Validate the configuration.

Attributes:

experiment

Experiment settings.

expand(*, possible_agents: list[str], immutable: list[str] = []) None[source]

Expand the configuration.

validate() bool[source]

Validate the configuration.

experiment: ExperimentCfg

Experiment settings.

class skrl.multi_agents.torch.ExperimentCfg(*, directory: str = '', experiment_name: str = '', write_interval: int | ~typing.Literal['auto'] = 'auto', checkpoint_interval: int | ~typing.Literal['auto'] = 'auto', store_separately: bool = False, wandb: bool = False, wandb_kwargs: dict = <factory>)[source]

Bases: object

Configuration for the experiment (saving checkpoints and logging data).

Attributes:

checkpoint_interval

Interval (in timesteps) for writing checkpoints.

directory

Directory path where the data generated by the different runs (experiments) are stored.

experiment_name

Name of the experiment (training/evaluation run).

store_separately

Whether to store checkpoints separately.

wandb

Whether to enable the use of Weights & Biases for logging and visualization.

wandb_kwargs

Keyword arguments for the Weights & Biases' setup.

write_interval

Interval (in timesteps) for writing data to TensorBoard.

checkpoint_interval: int | Literal['auto'] = 'auto'

Interval (in timesteps) for writing checkpoints.

  • A value less than or equal to 0 disables the writing of checkpoints.

  • If set to "auto", the interval will be defined to collect 10 samples throughout training/evaluation (timesteps / 10).

directory: str = ''

Directory path where the data generated by the different runs (experiments) are stored.

experiment_name: str = ''

Name of the experiment (training/evaluation run).

If not specified, the format YY-MM-DD_HH-MM-SS-SSSSSS_{agent_name} will be used.

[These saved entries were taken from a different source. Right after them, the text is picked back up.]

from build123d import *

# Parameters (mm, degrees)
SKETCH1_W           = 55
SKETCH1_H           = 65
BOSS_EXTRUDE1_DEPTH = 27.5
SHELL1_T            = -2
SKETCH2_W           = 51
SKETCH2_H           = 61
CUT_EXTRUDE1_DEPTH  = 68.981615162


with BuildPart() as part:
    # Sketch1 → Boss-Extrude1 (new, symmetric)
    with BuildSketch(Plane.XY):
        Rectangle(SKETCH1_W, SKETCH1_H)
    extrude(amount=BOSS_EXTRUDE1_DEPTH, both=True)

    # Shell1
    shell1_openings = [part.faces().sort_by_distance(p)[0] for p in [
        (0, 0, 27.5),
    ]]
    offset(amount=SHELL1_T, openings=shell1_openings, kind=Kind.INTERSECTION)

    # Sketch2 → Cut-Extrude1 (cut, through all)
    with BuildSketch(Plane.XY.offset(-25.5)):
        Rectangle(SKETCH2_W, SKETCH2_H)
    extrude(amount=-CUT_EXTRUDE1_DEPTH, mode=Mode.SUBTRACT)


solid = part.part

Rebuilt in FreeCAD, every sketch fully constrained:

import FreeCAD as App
import Part
import Sketcher
Q = App.Units.Quantity


def faces_at(feature, points):
    """Names of the faces that lie closest to the given points."""
    faces = feature.Shape.Faces
    near = lambda p: min(range(len(faces)), key=lambda i: faces[i].distToShape(Part.Vertex(*p))[0])
    return sorted({f"Face{near(p) + 1}" for p in points})

doc = App.newDocument("Part")
body = doc.addObject("PartDesign::Body", "Body")

# Sketch on XY plane
sketch1 = body.newObject("Sketcher::SketchObject", "Sketch")
sketch1.AttachmentSupport = (doc.getObject("XY_Plane"), [""])
sketch1.MapMode = "FlatFace"
sketch1.addGeometry([
    Part.LineSegment(App.Vector(-28, 32, 0), App.Vector(-28, -32, 0)),
    Part.LineSegment(App.Vector(-28, -32, 0), App.Vector(28, -32, 0)),
    Part.LineSegment(App.Vector(28, -32, 0), App.Vector(28, 32, 0)),
    Part.LineSegment(App.Vector(28, 32, 0), App.Vector(-28, 32, 0)),
], False)
sketch1.addConstraint([
    Sketcher.Constraint("Coincident", 0, 2, 1, 1),
    Sketcher.Constraint("Coincident", 1, 2, 2, 1),
    Sketcher.Constraint("Coincident", 2, 2, 3, 1),
    Sketcher.Constraint("Coincident", 3, 2, 0, 1),
    Sketcher.Constraint("Vertical", 0),
    Sketcher.Constraint("Horizontal", 1),
    Sketcher.Constraint("Vertical", 2),
    Sketcher.Constraint("Horizontal", 3),
    Sketcher.Constraint("Symmetric", 0, 2, 2, 2, -1, 1),
    Sketcher.Constraint("DistanceX", 1, 1, 1, 2, Q("55 mm")),
    Sketcher.Constraint("DistanceY", 0, 2, 0, 1, Q("65 mm")),
])
pad1 = body.newObject("PartDesign::Pad", "Pad")
pad1.Profile = sketch1
pad1.Length = 55
pad1.Midplane = True
doc.recompute()

thickness = body.newObject("PartDesign::Thickness", "Thickness")
thickness.Base = (pad1, faces_at(pad1, [(0, 0, 27.5)]))
thickness.Value = 2
thickness.Reversed = True
thickness.Join = "Intersection"

# Sketch on XY plane
sketch2 = body.newObject("Sketcher::SketchObject", "Sketch001")
sketch2.AttachmentSupport = (doc.getObject("XY_Plane"), [""])
sketch2.MapMode = "FlatFace"
sketch2.AttachmentOffset = App.Placement(App.Vector(0, 0, -25.5), App.Rotation())
sketch2.addGeometry([
    Part.LineSegment(App.Vector(-26, 30, 0), App.Vector(-26, -30, 0)),
    Part.LineSegment(App.Vector(-26, -30, 0), App.Vector(26, -30, 0)),
    Part.LineSegment(App.Vector(26, -30, 0), App.Vector(26, 30, 0)),
    Part.LineSegment(App.Vector(26, 30, 0), App.Vector(-26, 30, 0)),
], False)
sketch2.addConstraint([
    Sketcher.Constraint("Coincident", 0, 2, 1, 1),
    Sketcher.Constraint("Coincident", 1, 2, 2, 1),
    Sketcher.Constraint("Coincident", 2, 2, 3, 1),
    Sketcher.Constraint("Coincident", 3, 2, 0, 1),
    Sketcher.Constraint("Vertical", 0),
    Sketcher.Constraint("Horizontal", 1),
    Sketcher.Constraint("Vertical", 2),
    Sketcher.Constraint("Horizontal", 3),
    Sketcher.Constraint("Symmetric", 0, 2, 2, 2, -1, 1),
    Sketcher.Constraint("DistanceX", 1, 1, 1, 2, Q("51 mm")),
    Sketcher.Constraint("DistanceY", 0, 2, 0, 1, Q("61 mm")),
])
pocket1 = body.newObject("PartDesign::Pocket", "Pocket")
pocket1.Profile = sketch2
pocket1.Type = "ThroughAll"

doc.recompute()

store_separately: bool = False

Whether to store checkpoints separately.

If set to True, all of an agent’s modules (models, optimizers, preprocessors, etc.) will be saved in separate files. By default (False), the modules are grouped in a dictionary and stored in the same file.

wandb: bool = False

Whether to enable the use of Weights & Biases for logging and visualization.

wandb_kwargs: dict

Keyword arguments for the Weights & Biases’ setup.

Visit the Weights & Biases documentation for more details.

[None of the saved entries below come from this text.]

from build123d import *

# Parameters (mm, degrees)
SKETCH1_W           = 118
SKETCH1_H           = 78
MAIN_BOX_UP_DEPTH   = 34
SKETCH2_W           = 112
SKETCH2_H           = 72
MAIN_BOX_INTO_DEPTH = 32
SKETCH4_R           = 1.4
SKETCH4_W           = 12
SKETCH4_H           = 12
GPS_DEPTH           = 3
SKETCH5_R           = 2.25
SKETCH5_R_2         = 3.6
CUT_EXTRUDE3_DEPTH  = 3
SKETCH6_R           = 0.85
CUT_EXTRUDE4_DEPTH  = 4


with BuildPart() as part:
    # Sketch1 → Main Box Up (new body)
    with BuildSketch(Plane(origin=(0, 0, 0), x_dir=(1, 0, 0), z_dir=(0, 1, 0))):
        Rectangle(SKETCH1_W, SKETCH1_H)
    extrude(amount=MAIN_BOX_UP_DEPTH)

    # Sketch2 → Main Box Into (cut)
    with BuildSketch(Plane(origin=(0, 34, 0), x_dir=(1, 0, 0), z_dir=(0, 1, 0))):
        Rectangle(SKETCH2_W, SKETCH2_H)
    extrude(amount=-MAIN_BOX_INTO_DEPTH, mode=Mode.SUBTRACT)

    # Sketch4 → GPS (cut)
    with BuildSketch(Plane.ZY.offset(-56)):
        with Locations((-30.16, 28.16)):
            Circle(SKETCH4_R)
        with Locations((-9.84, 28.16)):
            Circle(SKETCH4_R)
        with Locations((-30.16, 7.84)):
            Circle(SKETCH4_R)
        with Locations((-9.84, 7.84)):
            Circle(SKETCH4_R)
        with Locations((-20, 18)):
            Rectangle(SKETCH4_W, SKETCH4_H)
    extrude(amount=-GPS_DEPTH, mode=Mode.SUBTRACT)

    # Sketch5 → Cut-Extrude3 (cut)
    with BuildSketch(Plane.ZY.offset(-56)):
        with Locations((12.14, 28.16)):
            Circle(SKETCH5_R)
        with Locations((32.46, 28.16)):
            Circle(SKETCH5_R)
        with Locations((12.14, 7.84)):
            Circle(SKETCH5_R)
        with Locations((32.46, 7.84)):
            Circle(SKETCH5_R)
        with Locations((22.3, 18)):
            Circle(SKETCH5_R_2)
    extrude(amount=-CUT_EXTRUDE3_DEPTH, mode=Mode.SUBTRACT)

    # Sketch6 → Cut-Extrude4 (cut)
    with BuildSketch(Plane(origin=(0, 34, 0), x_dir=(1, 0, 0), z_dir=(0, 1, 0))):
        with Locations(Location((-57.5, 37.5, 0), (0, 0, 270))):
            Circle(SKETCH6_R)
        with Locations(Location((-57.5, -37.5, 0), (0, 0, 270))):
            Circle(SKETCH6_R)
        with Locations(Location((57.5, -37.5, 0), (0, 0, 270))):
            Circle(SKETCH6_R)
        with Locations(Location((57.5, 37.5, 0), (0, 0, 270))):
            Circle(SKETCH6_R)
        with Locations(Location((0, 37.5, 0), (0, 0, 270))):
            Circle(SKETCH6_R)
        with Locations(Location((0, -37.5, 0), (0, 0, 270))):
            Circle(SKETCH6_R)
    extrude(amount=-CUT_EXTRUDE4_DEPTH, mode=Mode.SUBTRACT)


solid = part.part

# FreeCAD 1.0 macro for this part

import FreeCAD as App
import Part
import Sketcher
from FreeCAD import Vector
Q = App.Units.Quantity

doc = App.newDocument("Part")
body = doc.addObject("PartDesign::Body", "Body")

sketch1 = body.newObject("Sketcher::SketchObject", "Sketch")
sketch1.AttachmentSupport = (doc.getObject("XZ_Plane"), [""])
sketch1.MapMode = "FlatFace"
sketch1.addGeometry([
    Part.LineSegment(Vector(-59, -39, 0), Vector(-59, 39, 0)),
    Part.LineSegment(Vector(-59, 39, 0), Vector(59, 39, 0)),
    Part.LineSegment(Vector(59, 39, 0), Vector(59, -39, 0)),
    Part.LineSegment(Vector(59, -39, 0), Vector(-59, -39, 0)),
], False)
sketch1.addConstraint([
    Sketcher.Constraint("Coincident", 0, 2, 1, 1),
    Sketcher.Constraint("Coincident", 1, 2, 2, 1),
    Sketcher.Constraint("Coincident", 2, 2, 3, 1),
    Sketcher.Constraint("Coincident", 3, 2, 0, 1),
    Sketcher.Constraint("Vertical", 0),
    Sketcher.Constraint("Horizontal", 1),
    Sketcher.Constraint("Vertical", 2),
    Sketcher.Constraint("Horizontal", 3),
    Sketcher.Constraint("Symmetric", 0, 2, 2, 2, -1, 1),
    Sketcher.Constraint("DistanceX", 1, 1, 1, 2, Q("118 mm")),
    Sketcher.Constraint("DistanceY", 0, 1, 0, 2, Q("78 mm")),
])
pad1 = body.newObject("PartDesign::Pad", "Pad")
pad1.Profile = sketch1
pad1.Length = 34
pad1.Reversed = True

sketch2 = body.newObject("Sketcher::SketchObject", "Sketch001")
sketch2.AttachmentSupport = (doc.getObject("XZ_Plane"), [""])
sketch2.MapMode = "FlatFace"
sketch2.AttachmentOffset = App.Placement(Vector(0, 0, -34), App.Rotation())
sketch2.addGeometry([
    Part.LineSegment(Vector(-56, -36, 0), Vector(-56, 36, 0)),
    Part.LineSegment(Vector(-56, 36, 0), Vector(56, 36, 0)),
    Part.LineSegment(Vector(56, 36, 0), Vector(56, -36, 0)),
    Part.LineSegment(Vector(56, -36, 0), Vector(-56, -36, 0)),
], False)
sketch2.addConstraint([
    Sketcher.Constraint("Coincident", 0, 2, 1, 1),
    Sketcher.Constraint("Coincident", 1, 2, 2, 1),
    Sketcher.Constraint("Coincident", 2, 2, 3, 1),
    Sketcher.Constraint("Coincident", 3, 2, 0, 1),
    Sketcher.Constraint("Vertical", 0),
    Sketcher.Constraint("Horizontal", 1),
    Sketcher.Constraint("Vertical", 2),
    Sketcher.Constraint("Horizontal", 3),
    Sketcher.Constraint("Symmetric", 0, 2, 2, 2, -1, 1),
    Sketcher.Constraint("DistanceX", 1, 1, 1, 2, Q("112 mm")),
    Sketcher.Constraint("DistanceY", 0, 1, 0, 2, Q("72 mm")),
])
pocket1 = body.newObject("PartDesign::Pocket", "Pocket")
pocket1.Profile = sketch2
pocket1.Length = 32
pocket1.Reversed = True

sketch3 = body.newObject("Sketcher::SketchObject", "Sketch002")
sketch3.AttachmentSupport = (doc.getObject("YZ_Plane"), [""])
sketch3.MapMode = "FlatFace"
sketch3.AttachmentOffset = App.Placement(Vector(0, 0, 56), App.Rotation())
sketch3.addGeometry([
    Part.Circle(Vector(28.16, -30.16, 0), Vector(0, 0, 1), 1.4),
    Part.Circle(Vector(28.16, -9.84, 0), Vector(0, 0, 1), 1.4),
    Part.Circle(Vector(7.84, -30.16, 0), Vector(0, 0, 1), 1.4),
    Part.Circle(Vector(7.84, -9.84, 0), Vector(0, 0, 1), 1.4),
    Part.LineSegment(Vector(24, -26, 0), Vector(12, -26, 0)),
    Part.LineSegment(Vector(12, -26, 0), Vector(12, -14, 0)),
    Part.LineSegment(Vector(12, -14, 0), Vector(24, -14, 0)),
    Part.LineSegment(Vector(24, -14, 0), Vector(24, -26, 0)),
], False)
sketch3.addConstraint([
    Sketcher.Constraint("Coincident", 4, 2, 5, 1),
    Sketcher.Constraint("Coincident", 5, 2, 6, 1),
    Sketcher.Constraint("Coincident", 6, 2, 7, 1),
    Sketcher.Constraint("Coincident", 7, 2, 4, 1),
    Sketcher.Constraint("Horizontal", 4),
    Sketcher.Constraint("Vertical", 5),
    Sketcher.Constraint("Horizontal", 6),
    Sketcher.Constraint("Vertical", 7),
    Sketcher.Constraint("Equal", 0, 1),
    Sketcher.Constraint("Equal", 1, 2),
    Sketcher.Constraint("Equal", 2, 3),
    Sketcher.Constraint("Horizontal", 0, 3, 2, 3),
    Sketcher.Constraint("Horizontal", 1, 3, 3, 3),
    Sketcher.Constraint("Vertical", 0, 3, 1, 3),
    Sketcher.Constraint("Vertical", 2, 3, 3, 3),
    Sketcher.Constraint("Equal", 6, 5),
    Sketcher.Constraint("Diameter", 0, Q("2.8 mm")),
    Sketcher.Constraint("DistanceX", 4, 2, 4, 1, Q("12 mm")),
    Sketcher.Constraint("DistanceX", -1, 1, 4, 2, Q("12 mm")),
    Sketcher.Constraint("DistanceY", 4, 2, -1, 1, Q("26 mm")),
    Sketcher.Constraint("DistanceX", -1, 1, 0, 3, Q("28.16 mm")),
    Sketcher.Constraint("DistanceY", 0, 3, -1, 1, Q("30.16 mm")),
    Sketcher.Constraint("DistanceY", 1, 3, -1, 1, Q("9.84 mm")),
    Sketcher.Constraint("DistanceX", -1, 1, 2, 3, Q("7.84 mm")),
])
pocket2 = body.newObject("PartDesign::Pocket", "Pocket001")
pocket2.Profile = sketch3
pocket2.Length = 3
pocket2.Reversed = True

sketch4 = body.newObject("Sketcher::SketchObject", "Sketch003")
sketch4.AttachmentSupport = (doc.getObject("YZ_Plane"), [""])
sketch4.MapMode = "FlatFace"
sketch4.AttachmentOffset = App.Placement(Vector(0, 0, 56), App.Rotation())
sketch4.addGeometry([
    Part.Circle(Vector(28.16, 12.14, 0), Vector(0, 0, 1), 2.25),
    Part.Circle(Vector(28.16, 32.46, 0), Vector(0, 0, 1), 2.25),
    Part.Circle(Vector(7.84, 12.14, 0), Vector(0, 0, 1), 2.25),
    Part.Circle(Vector(7.84, 32.46, 0), Vector(0, 0, 1), 2.25),
    Part.Circle(Vector(18, 22.3, 0), Vector(0, 0, 1), 3.6),
], False)
sketch4.addConstraint([
    Sketcher.Constraint("Equal", 0, 1),
    Sketcher.Constraint("Equal", 1, 2),
    Sketcher.Constraint("Equal", 2, 3),
    Sketcher.Constraint("Horizontal", 0, 3, 2, 3),
    Sketcher.Constraint("Horizontal", 1, 3, 3, 3),
    Sketcher.Constraint("Vertical", 0, 3, 1, 3),
    Sketcher.Constraint("Vertical", 2, 3, 3, 3),
    Sketcher.Constraint("Diameter", 0, Q("4.5 mm")),
    Sketcher.Constraint("Diameter", 4, Q("7.2 mm")),
    Sketcher.Constraint("DistanceX", -1, 1, 4, 3, Q("18 mm")),
    Sketcher.Constraint("DistanceY", -1, 1, 4, 3, Q("22.3 mm")),
    Sketcher.Constraint("DistanceX", -1, 1, 0, 3, Q("28.16 mm")),
    Sketcher.Constraint("DistanceY", -1, 1, 0, 3, Q("12.14 mm")),
    Sketcher.Constraint("DistanceY", -1, 1, 1, 3, Q("32.46 mm")),
    Sketcher.Constraint("DistanceX", -1, 1, 2, 3, Q("7.84 mm")),
])
pocket3 = body.newObject("PartDesign::Pocket", "Pocket002")
pocket3.Profile = sketch4
pocket3.Length = 3
pocket3.Reversed = True

sketch5 = body.newObject("Sketcher::SketchObject", "Sketch004")
sketch5.AttachmentSupport = (doc.getObject("XZ_Plane"), [""])
sketch5.MapMode = "FlatFace"
sketch5.AttachmentOffset = App.Placement(Vector(0, 0, -34), App.Rotation())
sketch5.addGeometry([
    Part.Circle(Vector(-57.5, -37.5, 0), Vector(0, 0, 1), 0.85),
    Part.Circle(Vector(-57.5, 37.5, 0), Vector(0, 0, 1), 0.85),
    Part.Circle(Vector(57.5, 37.5, 0), Vector(0, 0, 1), 0.85),
    Part.Circle(Vector(57.5, -37.5, 0), Vector(0, 0, 1), 0.85),
    Part.Circle(Vector(0, -37.5, 0), Vector(0, 0, 1), 0.85),
    Part.Circle(Vector(0, 37.5, 0), Vector(0, 0, 1), 0.85),
], False)
sketch5.addConstraint([
    Sketcher.Constraint("Equal", 0, 1),
    Sketcher.Constraint("Equal", 1, 2),
    Sketcher.Constraint("Equal", 2, 3),
    Sketcher.Constraint("Equal", 3, 4),
    Sketcher.Constraint("Equal", 4, 5),
    Sketcher.Constraint("Symmetric", 0, 3, 2, 3, -1, 1),
    Sketcher.Constraint("Symmetric", 1, 3, 3, 3, -1, 1),
    Sketcher.Constraint("Symmetric", 4, 3, 5, 3, -1, 1),
    Sketcher.Constraint("Symmetric", 1, 3, 2, 3, -2),
    Sketcher.Constraint("PointOnObject", 4, 3, -2),
    Sketcher.Constraint("Horizontal", 3, 3, 4, 3),
    Sketcher.Constraint("Diameter", 0, Q("1.7 mm")),
    Sketcher.Constraint("DistanceY", 0, 3, 1, 3, Q("75 mm")),
    Sketcher.Constraint("DistanceX", 1, 3, 2, 3, Q("115 mm")),
])
pocket4 = body.newObject("PartDesign::Pocket", "Pocket003")
pocket4.Profile = sketch5
pocket4.Length = 4
pocket4.Reversed = True

doc.recompute()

write_interval: int | Literal['auto'] = 'auto'

Interval (in timesteps) for writing data to TensorBoard.

  • A value less than or equal to 0 disables the writing of data to TensorBoard.

  • If set to "auto", the interval will be defined to collect 100 samples throughout training/evaluation (timesteps / 100).

class skrl.multi_agents.torch.MultiAgent(*, cfg: MultiAgentCfg, possible_agents: list[str], models: dict[str, dict[str, Model]], memories: dict[str, Memory] | None = None, observation_spaces: dict[str, gymnasium.Space] | None = None, state_spaces: dict[str, gymnasium.Space] | None = None, action_spaces: dict[str, gymnasium.Space] | None = None, device: str | torch.device | None = None)[source]

Bases: ABC

Base class that represent a RL multi-agent/algorithm.

Parameters:
  • cfg – Multi-agent’s configuration.

  • possible_agents – Name of all possible agents the environment could generate.

  • models – Agents’ models.

  • memories – Memories to storage agents’ data and environment transitions.

  • observation_spaces – Observation spaces.

  • state_spaces – State spaces.

  • action_spaces – Action spaces.

  • device – Data allocation and computation device. If not specified, the default device will be used.

Methods:

act(observations, states, *, timestep, timesteps)

Process the environment's observations/states to make a decision (actions) using the main policy.

enable_models_training_mode([enabled])

Set the training mode of all the agent's models: enabled (training) or disabled (evaluation).

enable_training_mode([enabled, apply_to_models])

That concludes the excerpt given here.